_Work to complete:_
Starting at the line with "#110=CARTESIAN_POINT('',(-4.9784,0.,-0.8636));" and going on through the line with "END-ISO-10303-21;", reproduce each line in the records below exactly and nothing more.

_Collected data entries:_
⁂

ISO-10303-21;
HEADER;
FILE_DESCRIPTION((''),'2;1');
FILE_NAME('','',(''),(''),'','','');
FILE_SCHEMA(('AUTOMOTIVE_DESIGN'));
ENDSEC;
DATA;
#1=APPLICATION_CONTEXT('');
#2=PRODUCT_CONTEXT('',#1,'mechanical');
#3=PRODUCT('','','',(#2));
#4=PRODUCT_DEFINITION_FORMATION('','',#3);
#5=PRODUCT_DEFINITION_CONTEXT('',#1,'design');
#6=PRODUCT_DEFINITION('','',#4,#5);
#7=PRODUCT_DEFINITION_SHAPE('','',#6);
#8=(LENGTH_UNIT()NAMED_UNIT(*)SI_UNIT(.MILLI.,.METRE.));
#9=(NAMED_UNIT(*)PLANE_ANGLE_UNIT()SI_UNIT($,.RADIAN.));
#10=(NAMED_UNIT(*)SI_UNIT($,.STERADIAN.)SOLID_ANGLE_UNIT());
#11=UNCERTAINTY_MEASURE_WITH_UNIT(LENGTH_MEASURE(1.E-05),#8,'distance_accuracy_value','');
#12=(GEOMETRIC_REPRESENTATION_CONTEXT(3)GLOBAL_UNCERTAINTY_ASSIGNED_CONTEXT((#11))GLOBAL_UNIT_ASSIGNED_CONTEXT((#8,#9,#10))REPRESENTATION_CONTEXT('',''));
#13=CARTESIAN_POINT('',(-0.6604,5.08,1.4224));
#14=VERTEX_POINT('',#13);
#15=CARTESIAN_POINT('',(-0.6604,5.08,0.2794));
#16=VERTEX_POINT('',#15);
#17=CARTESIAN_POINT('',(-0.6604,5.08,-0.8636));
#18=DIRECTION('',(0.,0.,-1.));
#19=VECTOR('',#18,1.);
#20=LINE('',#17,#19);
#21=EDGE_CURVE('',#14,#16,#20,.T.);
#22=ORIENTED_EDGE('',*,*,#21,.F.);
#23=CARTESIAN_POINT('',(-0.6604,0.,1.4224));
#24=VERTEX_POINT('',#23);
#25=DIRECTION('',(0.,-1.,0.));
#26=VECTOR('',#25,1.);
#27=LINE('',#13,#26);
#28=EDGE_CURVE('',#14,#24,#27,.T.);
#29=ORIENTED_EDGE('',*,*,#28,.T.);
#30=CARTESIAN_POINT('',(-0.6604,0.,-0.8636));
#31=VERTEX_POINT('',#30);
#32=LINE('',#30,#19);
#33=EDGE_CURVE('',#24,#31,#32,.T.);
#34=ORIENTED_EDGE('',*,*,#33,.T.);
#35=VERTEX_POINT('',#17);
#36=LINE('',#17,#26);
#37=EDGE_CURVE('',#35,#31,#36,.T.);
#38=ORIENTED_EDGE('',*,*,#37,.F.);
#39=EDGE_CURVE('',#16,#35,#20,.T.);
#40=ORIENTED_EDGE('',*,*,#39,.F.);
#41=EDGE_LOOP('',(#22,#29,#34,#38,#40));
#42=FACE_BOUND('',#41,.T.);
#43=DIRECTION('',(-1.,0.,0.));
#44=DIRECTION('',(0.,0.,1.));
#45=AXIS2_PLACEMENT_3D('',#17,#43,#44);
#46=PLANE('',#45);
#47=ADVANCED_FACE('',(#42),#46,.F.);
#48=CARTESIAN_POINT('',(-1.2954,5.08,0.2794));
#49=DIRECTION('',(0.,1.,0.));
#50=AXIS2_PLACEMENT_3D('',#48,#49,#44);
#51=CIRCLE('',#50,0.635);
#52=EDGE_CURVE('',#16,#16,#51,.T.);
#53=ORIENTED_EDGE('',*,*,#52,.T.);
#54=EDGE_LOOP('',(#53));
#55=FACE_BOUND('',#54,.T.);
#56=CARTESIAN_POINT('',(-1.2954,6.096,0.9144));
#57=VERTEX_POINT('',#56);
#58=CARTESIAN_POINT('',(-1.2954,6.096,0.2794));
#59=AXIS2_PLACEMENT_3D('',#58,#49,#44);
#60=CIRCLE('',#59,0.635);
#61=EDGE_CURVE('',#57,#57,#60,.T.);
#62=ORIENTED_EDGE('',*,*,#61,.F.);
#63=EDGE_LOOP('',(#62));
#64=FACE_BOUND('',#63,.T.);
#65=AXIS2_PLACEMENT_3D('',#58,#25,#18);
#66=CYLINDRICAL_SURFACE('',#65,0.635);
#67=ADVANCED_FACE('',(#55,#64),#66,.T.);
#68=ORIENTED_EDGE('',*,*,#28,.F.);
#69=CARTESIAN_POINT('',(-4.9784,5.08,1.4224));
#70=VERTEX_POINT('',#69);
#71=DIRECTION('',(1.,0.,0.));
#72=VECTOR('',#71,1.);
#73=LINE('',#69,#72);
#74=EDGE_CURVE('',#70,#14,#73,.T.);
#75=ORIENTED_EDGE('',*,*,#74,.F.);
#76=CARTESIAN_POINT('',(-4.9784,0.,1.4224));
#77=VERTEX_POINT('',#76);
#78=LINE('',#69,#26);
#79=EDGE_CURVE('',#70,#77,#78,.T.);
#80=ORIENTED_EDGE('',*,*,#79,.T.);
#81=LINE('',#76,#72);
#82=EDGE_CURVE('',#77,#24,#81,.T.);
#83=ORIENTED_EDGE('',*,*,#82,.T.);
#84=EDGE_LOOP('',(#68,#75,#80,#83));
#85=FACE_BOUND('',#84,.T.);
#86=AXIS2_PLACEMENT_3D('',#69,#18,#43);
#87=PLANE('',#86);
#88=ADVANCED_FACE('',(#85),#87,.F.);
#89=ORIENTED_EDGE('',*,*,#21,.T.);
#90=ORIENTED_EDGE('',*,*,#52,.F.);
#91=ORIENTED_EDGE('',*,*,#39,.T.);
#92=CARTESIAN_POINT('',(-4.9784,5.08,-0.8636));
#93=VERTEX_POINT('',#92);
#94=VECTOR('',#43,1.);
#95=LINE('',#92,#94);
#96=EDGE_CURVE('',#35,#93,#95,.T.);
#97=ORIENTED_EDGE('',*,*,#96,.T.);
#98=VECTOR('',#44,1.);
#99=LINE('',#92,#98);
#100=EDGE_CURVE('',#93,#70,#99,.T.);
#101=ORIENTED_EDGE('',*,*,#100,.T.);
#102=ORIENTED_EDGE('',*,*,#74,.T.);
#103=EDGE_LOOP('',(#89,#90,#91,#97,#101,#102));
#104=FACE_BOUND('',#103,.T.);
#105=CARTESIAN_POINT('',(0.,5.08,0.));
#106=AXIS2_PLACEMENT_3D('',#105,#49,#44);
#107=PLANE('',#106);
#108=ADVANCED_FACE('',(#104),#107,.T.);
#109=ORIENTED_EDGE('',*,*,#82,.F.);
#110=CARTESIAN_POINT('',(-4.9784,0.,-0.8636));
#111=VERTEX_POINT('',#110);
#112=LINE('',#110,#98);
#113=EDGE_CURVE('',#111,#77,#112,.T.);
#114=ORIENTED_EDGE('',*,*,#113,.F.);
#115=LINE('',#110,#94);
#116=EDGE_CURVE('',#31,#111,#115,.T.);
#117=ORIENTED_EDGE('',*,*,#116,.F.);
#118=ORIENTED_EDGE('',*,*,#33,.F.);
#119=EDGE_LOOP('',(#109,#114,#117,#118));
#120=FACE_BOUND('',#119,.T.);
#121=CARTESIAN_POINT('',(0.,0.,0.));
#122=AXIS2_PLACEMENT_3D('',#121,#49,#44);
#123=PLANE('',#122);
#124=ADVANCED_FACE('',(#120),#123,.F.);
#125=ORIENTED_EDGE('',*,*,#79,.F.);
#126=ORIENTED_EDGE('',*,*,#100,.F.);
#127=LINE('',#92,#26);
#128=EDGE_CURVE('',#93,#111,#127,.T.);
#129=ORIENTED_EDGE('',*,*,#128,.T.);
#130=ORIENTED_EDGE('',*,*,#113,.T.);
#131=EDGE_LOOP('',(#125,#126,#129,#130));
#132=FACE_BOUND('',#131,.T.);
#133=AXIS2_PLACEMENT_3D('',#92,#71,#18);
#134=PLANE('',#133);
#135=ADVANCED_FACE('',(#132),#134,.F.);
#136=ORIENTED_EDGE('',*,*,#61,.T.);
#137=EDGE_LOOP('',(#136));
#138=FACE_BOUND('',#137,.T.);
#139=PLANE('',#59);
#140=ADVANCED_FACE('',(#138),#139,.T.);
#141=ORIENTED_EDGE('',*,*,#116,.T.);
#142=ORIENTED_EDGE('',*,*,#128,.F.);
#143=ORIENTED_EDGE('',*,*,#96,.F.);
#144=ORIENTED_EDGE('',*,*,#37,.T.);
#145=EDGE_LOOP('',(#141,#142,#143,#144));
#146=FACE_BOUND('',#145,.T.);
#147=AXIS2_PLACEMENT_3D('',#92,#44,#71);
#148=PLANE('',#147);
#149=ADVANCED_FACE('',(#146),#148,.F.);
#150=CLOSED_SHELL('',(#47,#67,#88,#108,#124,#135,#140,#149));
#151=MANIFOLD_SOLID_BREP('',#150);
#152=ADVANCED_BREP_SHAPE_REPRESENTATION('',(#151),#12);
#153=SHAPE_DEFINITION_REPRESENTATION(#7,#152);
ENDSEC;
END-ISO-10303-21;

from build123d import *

# Parameters (mm, degrees)
SKETCH1_W           = 4.318
SKETCH1_H           = 2.286
BOSS_EXTRUDE1_DEPTH = 5.08
SKETCH2_R           = 0.635
BOSS_EXTRUDE2_DEPTH = 1.016


with BuildPart() as part:
    # Sketch1 → Boss-Extrude1 (new body)
    with BuildSketch(Plane(origin=(0, 0, 0), x_dir=(1, 0, 0), z_dir=(0, 1, 0))):
        with Locations((-2.8194, -0.2794)):
            Rectangle(SKETCH1_W, SKETCH1_H)
    extrude(amount=BOSS_EXTRUDE1_DEPTH)

    # Sketch2 → Boss-Extrude2 (add)
    with BuildSketch(Plane(origin=(0, 5.08, 0), x_dir=(1, 0, 0), z_dir=(0, 1, 0))):
        with Locations((-1.2954, -0.2794)):
            Circle(SKETCH2_R)
    extrude(amount=BOSS_EXTRUDE2_DEPTH)


solid = part.part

⁂

_Response to this exercise:_
#110=CARTESIAN_POINT('',(-4.9784,0.,-0.8636));
#111=VERTEX_POINT('',#110);
#112=LINE('',#110,#98);
#113=EDGE_CURVE('',#111,#77,#112,.T.);
#114=ORIENTED_EDGE('',*,*,#113,.F.);
#115=LINE('',#110,#94);
#116=EDGE_CURVE('',#31,#111,#115,.T.);
#117=ORIENTED_EDGE('',*,*,#116,.F.);
#118=ORIENTED_EDGE('',*,*,#33,.F.);
#119=EDGE_LOOP('',(#109,#114,#117,#118));
#120=FACE_BOUND('',#119,.T.);
#121=CARTESIAN_POINT('',(0.,0.,0.));
#122=AXIS2_PLACEMENT_3D('',#121,#49,#44);
#123=PLANE('',#122);
#124=ADVANCED_FACE('',(#120),#123,.F.);
#125=ORIENTED_EDGE('',*,*,#79,.F.);
#126=ORIENTED_EDGE('',*,*,#100,.F.);
#127=LINE('',#92,#26);
#128=EDGE_CURVE('',#93,#111,#127,.T.);
#129=ORIENTED_EDGE('',*,*,#128,.T.);
#130=ORIENTED_EDGE('',*,*,#113,.T.);
#131=EDGE_LOOP('',(#125,#126,#129,#130));
#132=FACE_BOUND('',#131,.T.);
#133=AXIS2_PLACEMENT_3D('',#92,#71,#18);
#134=PLANE('',#133);
#135=ADVANCED_FACE('',(#132),#134,.F.);
#136=ORIENTED_EDGE('',*,*,#61,.T.);
#137=EDGE_LOOP('',(#136));
#138=FACE_BOUND('',#137,.T.);
#139=PLANE('',#59);
#140=ADVANCED_FACE('',(#138),#139,.T.);
#141=ORIENTED_EDGE('',*,*,#116,.T.);
#142=ORIENTED_EDGE('',*,*,#128,.F.);
#143=ORIENTED_EDGE('',*,*,#96,.F.);
#144=ORIENTED_EDGE('',*,*,#37,.T.);
#145=EDGE_LOOP('',(#141,#142,#143,#144));
#146=FACE_BOUND('',#145,.T.);
#147=AXIS2_PLACEMENT_3D('',#92,#44,#71);
#148=PLANE('',#147);
#149=ADVANCED_FACE('',(#146),#148,.F.);
#150=CLOSED_SHELL('',(#47,#67,#88,#108,#124,#135,#140,#149));
#151=MANIFOLD_SOLID_BREP('',#150);
#152=ADVANCED_BREP_SHAPE_REPRESENTATION('',(#151),#12);
#153=SHAPE_DEFINITION_REPRESENTATION(#7,#152);
ENDSEC;
END-ISO-10303-21;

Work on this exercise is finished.